WORK TO BE COMPLETED: Up to and including the line with "f 391 361 390", restate the records below word for word, beginning with their first line.

Collected data:

──────────────────────────────

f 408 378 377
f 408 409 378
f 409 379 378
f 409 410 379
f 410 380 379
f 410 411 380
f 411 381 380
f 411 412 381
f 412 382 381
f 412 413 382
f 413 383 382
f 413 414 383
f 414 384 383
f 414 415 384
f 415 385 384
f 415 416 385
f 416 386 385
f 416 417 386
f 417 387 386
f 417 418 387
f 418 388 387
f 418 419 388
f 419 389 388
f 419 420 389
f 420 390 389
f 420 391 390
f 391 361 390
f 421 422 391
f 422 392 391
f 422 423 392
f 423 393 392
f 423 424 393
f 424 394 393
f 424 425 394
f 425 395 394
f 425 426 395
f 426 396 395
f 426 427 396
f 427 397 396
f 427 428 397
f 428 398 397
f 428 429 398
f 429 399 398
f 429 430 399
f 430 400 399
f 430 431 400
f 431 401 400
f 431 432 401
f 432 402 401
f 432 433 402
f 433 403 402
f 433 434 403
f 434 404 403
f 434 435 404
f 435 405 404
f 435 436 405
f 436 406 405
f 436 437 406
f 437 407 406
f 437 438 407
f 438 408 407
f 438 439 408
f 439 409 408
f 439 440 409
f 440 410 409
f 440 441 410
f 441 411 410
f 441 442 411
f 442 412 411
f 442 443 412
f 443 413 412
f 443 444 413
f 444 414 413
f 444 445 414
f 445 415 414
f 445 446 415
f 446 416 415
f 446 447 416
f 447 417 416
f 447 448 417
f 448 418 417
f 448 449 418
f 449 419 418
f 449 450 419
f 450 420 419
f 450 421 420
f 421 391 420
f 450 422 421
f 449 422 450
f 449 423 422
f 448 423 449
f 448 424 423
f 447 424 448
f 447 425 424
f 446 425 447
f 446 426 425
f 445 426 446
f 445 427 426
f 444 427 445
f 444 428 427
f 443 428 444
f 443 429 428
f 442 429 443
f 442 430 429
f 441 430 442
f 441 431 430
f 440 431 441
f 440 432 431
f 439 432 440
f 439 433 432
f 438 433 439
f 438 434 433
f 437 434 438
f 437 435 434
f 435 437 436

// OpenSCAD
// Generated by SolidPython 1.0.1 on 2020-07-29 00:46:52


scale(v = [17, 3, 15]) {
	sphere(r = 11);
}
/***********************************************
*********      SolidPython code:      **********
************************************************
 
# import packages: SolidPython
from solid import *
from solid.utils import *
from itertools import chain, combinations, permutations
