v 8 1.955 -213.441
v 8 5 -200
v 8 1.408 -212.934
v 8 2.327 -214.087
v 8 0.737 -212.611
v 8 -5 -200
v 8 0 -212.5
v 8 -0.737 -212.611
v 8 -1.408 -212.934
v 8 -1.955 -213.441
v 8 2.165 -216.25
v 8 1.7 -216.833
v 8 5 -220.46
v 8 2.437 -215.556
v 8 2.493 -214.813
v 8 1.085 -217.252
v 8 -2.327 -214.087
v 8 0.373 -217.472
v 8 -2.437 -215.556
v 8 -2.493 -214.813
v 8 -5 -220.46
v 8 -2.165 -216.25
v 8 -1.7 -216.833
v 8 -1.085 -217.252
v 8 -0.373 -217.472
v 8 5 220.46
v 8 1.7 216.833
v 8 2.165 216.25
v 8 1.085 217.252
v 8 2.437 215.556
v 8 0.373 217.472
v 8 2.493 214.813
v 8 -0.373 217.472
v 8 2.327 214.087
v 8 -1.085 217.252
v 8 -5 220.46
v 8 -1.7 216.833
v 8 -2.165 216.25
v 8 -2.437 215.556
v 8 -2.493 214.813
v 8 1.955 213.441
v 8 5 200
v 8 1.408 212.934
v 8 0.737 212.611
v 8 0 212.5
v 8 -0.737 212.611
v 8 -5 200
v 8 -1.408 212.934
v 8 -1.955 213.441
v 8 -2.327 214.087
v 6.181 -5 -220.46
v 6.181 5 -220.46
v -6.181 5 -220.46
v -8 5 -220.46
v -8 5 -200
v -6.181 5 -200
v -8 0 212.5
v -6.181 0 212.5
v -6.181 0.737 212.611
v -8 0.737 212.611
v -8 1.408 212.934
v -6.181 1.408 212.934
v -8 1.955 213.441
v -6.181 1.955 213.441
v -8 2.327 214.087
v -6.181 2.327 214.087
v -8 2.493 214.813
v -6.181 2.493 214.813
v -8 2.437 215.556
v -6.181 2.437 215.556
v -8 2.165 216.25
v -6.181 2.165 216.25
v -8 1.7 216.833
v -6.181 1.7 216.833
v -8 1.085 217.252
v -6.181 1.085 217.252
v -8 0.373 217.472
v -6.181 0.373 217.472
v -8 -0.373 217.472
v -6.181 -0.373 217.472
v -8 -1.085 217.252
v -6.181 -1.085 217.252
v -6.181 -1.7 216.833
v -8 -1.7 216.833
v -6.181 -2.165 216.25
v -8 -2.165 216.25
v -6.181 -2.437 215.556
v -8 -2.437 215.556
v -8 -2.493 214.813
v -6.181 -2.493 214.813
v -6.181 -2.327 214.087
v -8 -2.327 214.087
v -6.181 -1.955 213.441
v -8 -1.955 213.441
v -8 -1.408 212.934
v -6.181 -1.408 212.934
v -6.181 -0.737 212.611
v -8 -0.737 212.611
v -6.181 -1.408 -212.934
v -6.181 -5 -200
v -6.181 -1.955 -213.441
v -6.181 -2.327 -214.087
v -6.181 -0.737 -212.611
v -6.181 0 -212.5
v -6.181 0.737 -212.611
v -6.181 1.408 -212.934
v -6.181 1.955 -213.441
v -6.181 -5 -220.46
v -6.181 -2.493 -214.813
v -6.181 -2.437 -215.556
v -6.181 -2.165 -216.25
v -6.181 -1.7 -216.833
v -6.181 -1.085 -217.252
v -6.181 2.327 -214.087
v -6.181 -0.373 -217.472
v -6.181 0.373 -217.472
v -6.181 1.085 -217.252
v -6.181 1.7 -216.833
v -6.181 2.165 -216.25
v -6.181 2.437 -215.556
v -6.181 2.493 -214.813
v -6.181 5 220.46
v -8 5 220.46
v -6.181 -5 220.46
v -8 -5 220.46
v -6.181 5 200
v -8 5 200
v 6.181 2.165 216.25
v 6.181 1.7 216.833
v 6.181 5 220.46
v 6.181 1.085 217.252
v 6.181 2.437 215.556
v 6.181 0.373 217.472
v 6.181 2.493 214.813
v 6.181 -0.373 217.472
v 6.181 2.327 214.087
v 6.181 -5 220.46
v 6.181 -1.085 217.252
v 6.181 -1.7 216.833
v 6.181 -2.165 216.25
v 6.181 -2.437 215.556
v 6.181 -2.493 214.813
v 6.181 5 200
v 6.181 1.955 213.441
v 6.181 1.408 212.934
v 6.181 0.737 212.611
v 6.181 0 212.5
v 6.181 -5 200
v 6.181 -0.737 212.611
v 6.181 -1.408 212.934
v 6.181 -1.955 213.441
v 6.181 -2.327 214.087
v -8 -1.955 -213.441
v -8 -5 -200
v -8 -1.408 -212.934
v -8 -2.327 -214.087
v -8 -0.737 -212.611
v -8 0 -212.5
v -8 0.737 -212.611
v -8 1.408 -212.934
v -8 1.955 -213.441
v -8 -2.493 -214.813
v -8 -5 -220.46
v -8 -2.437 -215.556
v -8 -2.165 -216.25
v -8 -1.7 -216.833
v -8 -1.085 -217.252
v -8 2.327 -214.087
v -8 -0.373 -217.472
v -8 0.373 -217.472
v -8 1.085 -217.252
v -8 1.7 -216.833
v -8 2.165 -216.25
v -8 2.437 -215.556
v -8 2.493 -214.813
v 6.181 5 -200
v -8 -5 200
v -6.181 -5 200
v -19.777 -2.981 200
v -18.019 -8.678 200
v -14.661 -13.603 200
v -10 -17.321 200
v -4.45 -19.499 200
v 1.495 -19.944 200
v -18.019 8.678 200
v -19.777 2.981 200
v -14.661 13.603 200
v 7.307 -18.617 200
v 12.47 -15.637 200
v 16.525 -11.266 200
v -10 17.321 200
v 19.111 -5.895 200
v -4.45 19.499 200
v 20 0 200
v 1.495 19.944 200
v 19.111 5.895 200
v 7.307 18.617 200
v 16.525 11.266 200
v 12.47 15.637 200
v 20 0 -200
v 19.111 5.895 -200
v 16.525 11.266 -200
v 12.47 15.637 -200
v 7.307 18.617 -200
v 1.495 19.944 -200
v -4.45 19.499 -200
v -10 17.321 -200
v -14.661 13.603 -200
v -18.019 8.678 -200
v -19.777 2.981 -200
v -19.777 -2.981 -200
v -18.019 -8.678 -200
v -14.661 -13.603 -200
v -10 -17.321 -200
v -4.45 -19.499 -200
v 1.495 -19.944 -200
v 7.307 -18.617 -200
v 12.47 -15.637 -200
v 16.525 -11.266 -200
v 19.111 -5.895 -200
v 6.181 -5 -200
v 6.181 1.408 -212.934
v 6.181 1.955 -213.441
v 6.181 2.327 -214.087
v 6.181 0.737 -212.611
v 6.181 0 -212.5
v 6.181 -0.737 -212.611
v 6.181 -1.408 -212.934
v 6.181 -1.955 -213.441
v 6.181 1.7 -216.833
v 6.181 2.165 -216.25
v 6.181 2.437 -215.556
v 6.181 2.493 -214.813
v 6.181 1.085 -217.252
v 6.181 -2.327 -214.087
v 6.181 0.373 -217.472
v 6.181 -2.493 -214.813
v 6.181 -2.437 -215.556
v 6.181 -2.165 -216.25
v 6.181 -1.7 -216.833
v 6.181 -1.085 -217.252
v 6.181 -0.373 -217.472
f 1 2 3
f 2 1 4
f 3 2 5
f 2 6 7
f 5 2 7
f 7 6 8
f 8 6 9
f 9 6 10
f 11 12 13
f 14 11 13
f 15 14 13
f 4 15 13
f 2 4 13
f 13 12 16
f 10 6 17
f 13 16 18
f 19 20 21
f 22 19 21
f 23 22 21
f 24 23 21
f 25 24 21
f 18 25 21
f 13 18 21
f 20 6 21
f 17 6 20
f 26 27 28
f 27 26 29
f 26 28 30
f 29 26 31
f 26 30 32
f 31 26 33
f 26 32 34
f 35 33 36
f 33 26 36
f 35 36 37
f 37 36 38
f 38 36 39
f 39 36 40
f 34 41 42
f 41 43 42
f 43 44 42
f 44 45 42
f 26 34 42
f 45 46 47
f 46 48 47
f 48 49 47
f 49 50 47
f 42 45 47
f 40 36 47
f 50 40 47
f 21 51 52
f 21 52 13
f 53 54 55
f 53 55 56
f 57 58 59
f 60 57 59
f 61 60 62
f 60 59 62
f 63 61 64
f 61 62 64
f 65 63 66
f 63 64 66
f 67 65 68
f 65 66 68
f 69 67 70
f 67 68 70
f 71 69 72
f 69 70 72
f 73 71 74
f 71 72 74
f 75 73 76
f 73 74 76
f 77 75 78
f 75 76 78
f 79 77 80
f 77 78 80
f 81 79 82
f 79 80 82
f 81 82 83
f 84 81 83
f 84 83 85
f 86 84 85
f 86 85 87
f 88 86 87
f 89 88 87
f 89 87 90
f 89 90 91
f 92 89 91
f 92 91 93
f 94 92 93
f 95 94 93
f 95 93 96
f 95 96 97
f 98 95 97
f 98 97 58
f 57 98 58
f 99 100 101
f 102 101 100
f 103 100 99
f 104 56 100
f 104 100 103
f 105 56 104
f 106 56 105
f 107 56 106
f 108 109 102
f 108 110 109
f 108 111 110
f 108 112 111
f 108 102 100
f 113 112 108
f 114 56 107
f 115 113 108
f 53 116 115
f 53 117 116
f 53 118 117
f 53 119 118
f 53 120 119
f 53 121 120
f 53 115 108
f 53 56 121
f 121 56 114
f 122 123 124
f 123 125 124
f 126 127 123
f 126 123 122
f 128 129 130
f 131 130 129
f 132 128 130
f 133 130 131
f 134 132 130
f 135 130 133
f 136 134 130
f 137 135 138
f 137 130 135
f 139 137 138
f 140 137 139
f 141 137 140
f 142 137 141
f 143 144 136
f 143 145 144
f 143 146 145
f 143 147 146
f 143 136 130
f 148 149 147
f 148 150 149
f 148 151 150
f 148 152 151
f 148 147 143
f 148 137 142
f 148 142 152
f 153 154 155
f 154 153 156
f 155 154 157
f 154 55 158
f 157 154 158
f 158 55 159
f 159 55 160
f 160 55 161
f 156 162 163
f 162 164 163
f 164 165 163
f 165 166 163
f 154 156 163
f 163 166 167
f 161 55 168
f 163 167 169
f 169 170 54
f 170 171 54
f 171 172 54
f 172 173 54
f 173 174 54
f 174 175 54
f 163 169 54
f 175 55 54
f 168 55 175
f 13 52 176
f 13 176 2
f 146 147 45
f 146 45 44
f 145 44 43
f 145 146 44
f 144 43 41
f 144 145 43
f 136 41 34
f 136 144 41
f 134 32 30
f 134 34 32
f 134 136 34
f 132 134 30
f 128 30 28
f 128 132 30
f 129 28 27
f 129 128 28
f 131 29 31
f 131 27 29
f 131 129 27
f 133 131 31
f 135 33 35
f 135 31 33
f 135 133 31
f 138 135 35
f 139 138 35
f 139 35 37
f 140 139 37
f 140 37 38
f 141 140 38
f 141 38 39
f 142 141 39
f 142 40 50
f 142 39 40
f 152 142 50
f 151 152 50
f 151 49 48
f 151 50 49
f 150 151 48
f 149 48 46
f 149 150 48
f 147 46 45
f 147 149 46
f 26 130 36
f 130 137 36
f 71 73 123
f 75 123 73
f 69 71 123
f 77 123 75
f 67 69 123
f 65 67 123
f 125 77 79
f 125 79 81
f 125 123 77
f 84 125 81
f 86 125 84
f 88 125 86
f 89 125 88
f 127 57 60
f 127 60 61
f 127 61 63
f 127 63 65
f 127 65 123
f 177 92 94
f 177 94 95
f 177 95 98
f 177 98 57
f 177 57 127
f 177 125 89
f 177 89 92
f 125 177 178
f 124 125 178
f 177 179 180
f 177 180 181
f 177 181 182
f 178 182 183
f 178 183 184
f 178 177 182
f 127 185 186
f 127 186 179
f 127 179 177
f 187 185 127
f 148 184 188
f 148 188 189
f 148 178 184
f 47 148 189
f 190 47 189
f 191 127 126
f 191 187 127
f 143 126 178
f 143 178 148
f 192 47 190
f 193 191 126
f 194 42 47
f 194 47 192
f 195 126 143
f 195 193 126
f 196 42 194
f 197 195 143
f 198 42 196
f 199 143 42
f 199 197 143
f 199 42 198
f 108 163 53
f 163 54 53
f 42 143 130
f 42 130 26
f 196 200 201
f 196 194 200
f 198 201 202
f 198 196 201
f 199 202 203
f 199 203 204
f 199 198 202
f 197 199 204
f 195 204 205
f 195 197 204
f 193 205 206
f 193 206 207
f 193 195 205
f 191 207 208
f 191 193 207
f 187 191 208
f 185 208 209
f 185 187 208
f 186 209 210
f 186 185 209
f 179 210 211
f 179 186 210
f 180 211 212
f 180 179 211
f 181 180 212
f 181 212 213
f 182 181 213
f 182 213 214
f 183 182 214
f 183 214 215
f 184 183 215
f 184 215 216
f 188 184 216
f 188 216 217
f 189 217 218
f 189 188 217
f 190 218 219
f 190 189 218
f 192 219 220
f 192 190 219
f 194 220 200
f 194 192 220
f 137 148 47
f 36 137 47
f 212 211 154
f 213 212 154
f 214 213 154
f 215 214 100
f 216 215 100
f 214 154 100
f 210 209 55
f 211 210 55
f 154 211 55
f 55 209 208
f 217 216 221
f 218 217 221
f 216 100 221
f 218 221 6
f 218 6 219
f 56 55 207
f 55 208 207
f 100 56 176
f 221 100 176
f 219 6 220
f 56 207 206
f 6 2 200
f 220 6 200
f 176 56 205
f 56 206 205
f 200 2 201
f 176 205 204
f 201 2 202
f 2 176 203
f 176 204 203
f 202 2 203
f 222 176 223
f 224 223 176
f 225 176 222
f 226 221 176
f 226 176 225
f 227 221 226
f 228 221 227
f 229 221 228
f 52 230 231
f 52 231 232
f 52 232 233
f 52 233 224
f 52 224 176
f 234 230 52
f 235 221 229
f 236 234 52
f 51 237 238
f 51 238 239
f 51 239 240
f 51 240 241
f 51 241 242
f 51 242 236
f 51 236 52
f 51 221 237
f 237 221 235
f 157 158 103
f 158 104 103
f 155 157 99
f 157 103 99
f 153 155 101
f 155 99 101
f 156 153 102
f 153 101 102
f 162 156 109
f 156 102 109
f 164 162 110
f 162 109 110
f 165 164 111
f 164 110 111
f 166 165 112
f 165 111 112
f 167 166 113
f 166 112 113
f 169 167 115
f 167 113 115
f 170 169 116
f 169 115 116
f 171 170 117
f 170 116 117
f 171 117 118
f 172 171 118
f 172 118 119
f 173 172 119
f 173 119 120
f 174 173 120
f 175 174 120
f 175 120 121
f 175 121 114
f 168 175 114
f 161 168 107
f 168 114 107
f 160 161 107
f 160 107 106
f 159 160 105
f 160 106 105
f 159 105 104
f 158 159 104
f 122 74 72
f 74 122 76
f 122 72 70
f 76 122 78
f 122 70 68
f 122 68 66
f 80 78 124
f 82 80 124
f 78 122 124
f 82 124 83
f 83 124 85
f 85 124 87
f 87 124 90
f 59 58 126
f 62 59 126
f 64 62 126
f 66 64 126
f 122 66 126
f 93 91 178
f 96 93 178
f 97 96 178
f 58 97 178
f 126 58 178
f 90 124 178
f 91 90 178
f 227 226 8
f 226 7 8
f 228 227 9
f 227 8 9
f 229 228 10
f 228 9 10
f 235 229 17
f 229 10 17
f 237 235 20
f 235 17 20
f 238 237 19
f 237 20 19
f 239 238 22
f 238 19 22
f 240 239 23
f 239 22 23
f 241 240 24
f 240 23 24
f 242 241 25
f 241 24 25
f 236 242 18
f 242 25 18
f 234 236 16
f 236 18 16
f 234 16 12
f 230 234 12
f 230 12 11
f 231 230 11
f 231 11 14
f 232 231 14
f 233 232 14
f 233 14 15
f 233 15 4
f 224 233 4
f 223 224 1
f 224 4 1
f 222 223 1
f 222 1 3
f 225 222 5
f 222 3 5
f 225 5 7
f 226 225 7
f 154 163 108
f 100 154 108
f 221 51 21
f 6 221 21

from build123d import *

# Parameters (mm, degrees)
SKETCH1_R           = 20
BOSS_EXTRUDE1_DEPTH = 200
SKETCH2_W           = 1.819488692
SKETCH2_H           = 20.46
BOSS_EXTRUDE2_DEPTH = 5
SKETCH3_R           = 2.5
CUT_EXTRUDE1_DEPTH  = 9


with BuildPart() as part:
    # Sketch1 → Boss-Extrude1 (new, symmetric)
    with BuildSketch(Plane.XY):
        Circle(SKETCH1_R)
    extrude(amount=BOSS_EXTRUDE1_DEPTH, both=True)

    # Sketch2 → Boss-Extrude2 (add, symmetric)
    with BuildSketch(Plane(origin=(0, 0, 0), x_dir=(1, 0, 0), z_dir=(0, 1, 0))):
        with Locations((7.090255654, -210.23)):
            Rectangle(SKETCH2_W, SKETCH2_H)
        with Locations((-7.090255654, -210.23)):
            Rectangle(SKETCH2_W, SKETCH2_H)
        with Locations((7.090255654, 210.23)):
            Rectangle(SKETCH2_W, SKETCH2_H)
        with Locations((-7.090255654, 210.23)):
            Rectangle(SKETCH2_W, SKETCH2_H)
    extrude(amount=BOSS_EXTRUDE2_DEPTH, both=True)

    # Sketch3 → Cut-Extrude1 (cut, symmetric)
    with BuildSketch(Plane(origin=(0, 0, 0), x_dir=(0, 0, -1), z_dir=(1, 0, 0))):
        with Locations((-215, 0)):
            Circle(SKETCH3_R)
        with Locations(Location((215, 0, 0), (0, 0, 180))):
            Circle(SKETCH3_R)
    extrude(amount=CUT_EXTRUDE1_DEPTH, both=True, mode=Mode.SUBTRACT)


solid = part.part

──────────────────────────────

SOLUTION TO THIS PROBLEM:
f 408 378 377
f 408 409 378
f 409 379 378
f 409 410 379
f 410 380 379
f 410 411 380
f 411 381 380
f 411 412 381
f 412 382 381
f 412 413 382
f 413 383 382
f 413 414 383
f 414 384 383
f 414 415 384
f 415 385 384
f 415 416 385
f 416 386 385
f 416 417 386
f 417 387 386
f 417 418 387
f 418 388 387
f 418 419 388
f 419 389 388
f 419 420 389
f 420 390 389
f 420 391 390
f 391 361 390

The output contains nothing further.